In October, the company disclosed that its computer systems had been hacked. As part of that disclosure, Dow Jones chief executive officer William Lewis said that some customer payment information may have been compromised -- on no more than 3,500 accounts -- and that it was unknown whether other information had been taken.

Earlier in October, Scottrade disclosed that it had been hacked and that information on 4.6 million customers had been taken.


‘Interesting Info’


According to the indictment, Shalon and a co-conspirator expanded their efforts to seek material non-public information from firms they were hacking. In one e-mail, they referred to seeking “interesting info” from top managers at Victim 5, a St. Louis brokerage firm now confirmed as Scottrade.

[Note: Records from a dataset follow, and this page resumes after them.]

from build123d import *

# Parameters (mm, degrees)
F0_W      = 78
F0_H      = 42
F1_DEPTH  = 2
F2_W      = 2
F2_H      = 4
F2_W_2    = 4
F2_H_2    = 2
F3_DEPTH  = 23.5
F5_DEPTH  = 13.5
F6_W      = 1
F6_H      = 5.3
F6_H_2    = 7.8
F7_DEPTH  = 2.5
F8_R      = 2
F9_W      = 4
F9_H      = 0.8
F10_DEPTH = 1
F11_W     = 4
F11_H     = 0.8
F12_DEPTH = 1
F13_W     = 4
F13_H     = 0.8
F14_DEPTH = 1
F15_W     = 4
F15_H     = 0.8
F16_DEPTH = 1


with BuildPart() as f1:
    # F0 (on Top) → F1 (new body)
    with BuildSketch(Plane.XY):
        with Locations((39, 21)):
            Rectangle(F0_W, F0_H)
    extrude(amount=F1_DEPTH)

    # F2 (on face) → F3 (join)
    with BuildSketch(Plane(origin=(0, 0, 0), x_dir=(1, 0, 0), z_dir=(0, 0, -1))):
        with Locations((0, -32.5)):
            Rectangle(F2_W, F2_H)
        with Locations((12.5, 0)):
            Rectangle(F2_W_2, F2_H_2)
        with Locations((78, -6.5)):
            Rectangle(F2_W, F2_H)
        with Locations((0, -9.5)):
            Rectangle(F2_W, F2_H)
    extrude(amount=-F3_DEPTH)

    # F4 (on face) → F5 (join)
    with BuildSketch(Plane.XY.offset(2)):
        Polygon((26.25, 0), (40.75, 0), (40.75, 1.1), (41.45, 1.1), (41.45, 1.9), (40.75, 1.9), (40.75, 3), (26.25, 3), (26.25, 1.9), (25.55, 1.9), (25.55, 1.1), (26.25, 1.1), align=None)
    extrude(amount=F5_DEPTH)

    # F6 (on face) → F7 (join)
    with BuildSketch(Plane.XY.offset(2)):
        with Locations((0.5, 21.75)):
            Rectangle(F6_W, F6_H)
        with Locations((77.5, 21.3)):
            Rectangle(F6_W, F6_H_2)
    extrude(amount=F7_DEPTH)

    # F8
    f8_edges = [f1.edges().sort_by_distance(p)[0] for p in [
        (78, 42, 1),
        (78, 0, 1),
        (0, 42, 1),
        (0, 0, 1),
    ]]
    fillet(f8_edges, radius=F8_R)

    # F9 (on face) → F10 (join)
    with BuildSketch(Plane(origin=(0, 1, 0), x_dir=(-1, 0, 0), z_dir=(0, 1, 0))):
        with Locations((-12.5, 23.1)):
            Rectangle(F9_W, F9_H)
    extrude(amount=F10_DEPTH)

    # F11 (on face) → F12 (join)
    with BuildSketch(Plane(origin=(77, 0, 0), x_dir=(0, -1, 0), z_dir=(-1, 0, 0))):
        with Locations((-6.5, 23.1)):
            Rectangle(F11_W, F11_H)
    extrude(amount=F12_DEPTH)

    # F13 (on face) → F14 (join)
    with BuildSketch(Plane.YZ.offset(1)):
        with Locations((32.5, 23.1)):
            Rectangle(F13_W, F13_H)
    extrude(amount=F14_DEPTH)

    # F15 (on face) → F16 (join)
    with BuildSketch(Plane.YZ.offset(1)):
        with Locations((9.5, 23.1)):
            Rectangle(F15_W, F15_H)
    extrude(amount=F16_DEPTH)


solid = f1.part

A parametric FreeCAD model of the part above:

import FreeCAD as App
import Part
import Sketcher
Q = App.Units.Quantity


def edges_at(feature, points):
    """Names of the edges that pass closest to the given points."""
    edges = feature.Shape.Edges
    near = lambda p: min(range(len(edges)), key=lambda i: edges[i].distToShape(Part.Vertex(*p))[0])
    return sorted({f"Edge{near(p) + 1}" for p in points})

doc = App.newDocument("Part")
body = doc.addObject("PartDesign::Body", "Body")

# Sketch on XY plane
sketch1 = body.newObject("Sketcher::SketchObject", "Sketch")
sketch1.AttachmentSupport = (doc.getObject("XY_Plane"), [""])
sketch1.MapMode = "FlatFace"
sketch1.addGeometry(Part.LineSegment(App.Vector(0, 42, 0), App.Vector(0, 0, 0)), False)
sketch1.addGeometry(Part.LineSegment(App.Vector(0, 0, 0), App.Vector(78, 0, 0)), False)
sketch1.addGeometry(Part.LineSegment(App.Vector(78, 0, 0), App.Vector(78, 42, 0)), False)
sketch1.addGeometry(Part.LineSegment(App.Vector(78, 42, 0), App.Vector(0, 42, 0)), False)
sketch1.addConstraint(Sketcher.Constraint("Coincident", 0, 2, 1, 1))
sketch1.addConstraint(Sketcher.Constraint("Coincident", 1, 2, 2, 1))
sketch1.addConstraint(Sketcher.Constraint("Coincident", 2, 2, 3, 1))
sketch1.addConstraint(Sketcher.Constraint("Coincident", 3, 2, 0, 1))
sketch1.addConstraint(Sketcher.Constraint("Vertical", 0))
sketch1.addConstraint(Sketcher.Constraint("Horizontal", 1))
sketch1.addConstraint(Sketcher.Constraint("Vertical", 2))
sketch1.addConstraint(Sketcher.Constraint("Horizontal", 3))
sketch1.addConstraint(Sketcher.Constraint("Coincident", 0, 2, -1, 1))
sketch1.addConstraint(Sketcher.Constraint("DistanceX", 1, 1, 1, 2, Q("78 mm")))
sketch1.addConstraint(Sketcher.Constraint("DistanceY", 0, 2, 0, 1, Q("42 mm")))
pad1 = body.newObject("PartDesign::Pad", "Pad")
pad1.Profile = sketch1
pad1.Length = 2

# Sketch on XY plane
sketch2 = body.newObject("Sketcher::SketchObject", "Sketch001")
sketch2.AttachmentSupport = (doc.getObject("XY_Plane"), [""])
sketch2.MapMode = "FlatFace"
sketch2.addGeometry(Part.LineSegment(App.Vector(-1, 30.5, 0), App.Vector(-1, 34.5, 0)), False)
sketch2.addGeometry(Part.LineSegment(App.Vector(-1, 34.5, 0), App.Vector(1, 34.5, 0)), False)
sketch2.addGeometry(Part.LineSegment(App.Vector(1, 34.5, 0), App.Vector(1, 30.5, 0)), False)
sketch2.addGeometry(Part.LineSegment(App.Vector(1, 30.5, 0), App.Vector(-1, 30.5, 0)), False)
sketch2.addGeometry(Part.LineSegment(App.Vector(10.5, -1, 0), App.Vector(10.5, 1, 0)), False)
sketch2.addGeometry(Part.LineSegment(App.Vector(10.5, 1, 0), App.Vector(14.5, 1, 0)), False)
sketch2.addGeometry(Part.LineSegment(App.Vector(14.5, 1, 0), App.Vector(14.5, -1, 0)), False)
sketch2.addGeometry(Part.LineSegment(App.Vector(14.5, -1, 0), App.Vector(10.5, -1, 0)), False)
sketch2.addGeometry(Part.LineSegment(App.Vector(77, 4.5, 0), App.Vector(77, 8.5, 0)), False)
sketch2.addGeometry(Part.LineSegment(App.Vector(77, 8.5, 0), App.Vector(79, 8.5, 0)), False)
sketch2.addGeometry(Part.LineSegment(App.Vector(79, 8.5, 0), App.Vector(79, 4.5, 0)), False)
sketch2.addGeometry(Part.LineSegment(App.Vector(79, 4.5, 0), App.Vector(77, 4.5, 0)), False)
sketch2.addGeometry(Part.LineSegment(App.Vector(-1, 7.5, 0), App.Vector(-1, 11.5, 0)), False)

A spokeswoman for Dow Jones said in a statement: "The indictment unsealed today refers to the public disclosure we made on October 9. The government’s investigation is ongoing, and we continue to cooperate with law enforcement."

The hack of Fidelity has been previously reported. The company said it has no indication that any customer accounts, customer information or related systems were affected. E*Trade confirmed it was attacked in late 2013 but declined to provide more information.

“We continue to cooperate with law enforcement in fighting cybercrime,” JPMorgan spokeswoman Trish Wexler said in a statement.


Since 2007


Shalon began building his criminal conglomerate in 2007 with Internet casinos and capped it off with stock and credit- card schemes years later, according to the 68-page indictment against Shalon and others in Manhattan.

Shalon and his associates operated at least a dozen online “real money” casinos in the U.S. from 2007 until this year, raking in hundreds of millions of dollars in revenue and, in some months, millions in profit. By December 2013, Shalon was paying 270 casino employees in Hungary and Ukraine, the indictment said.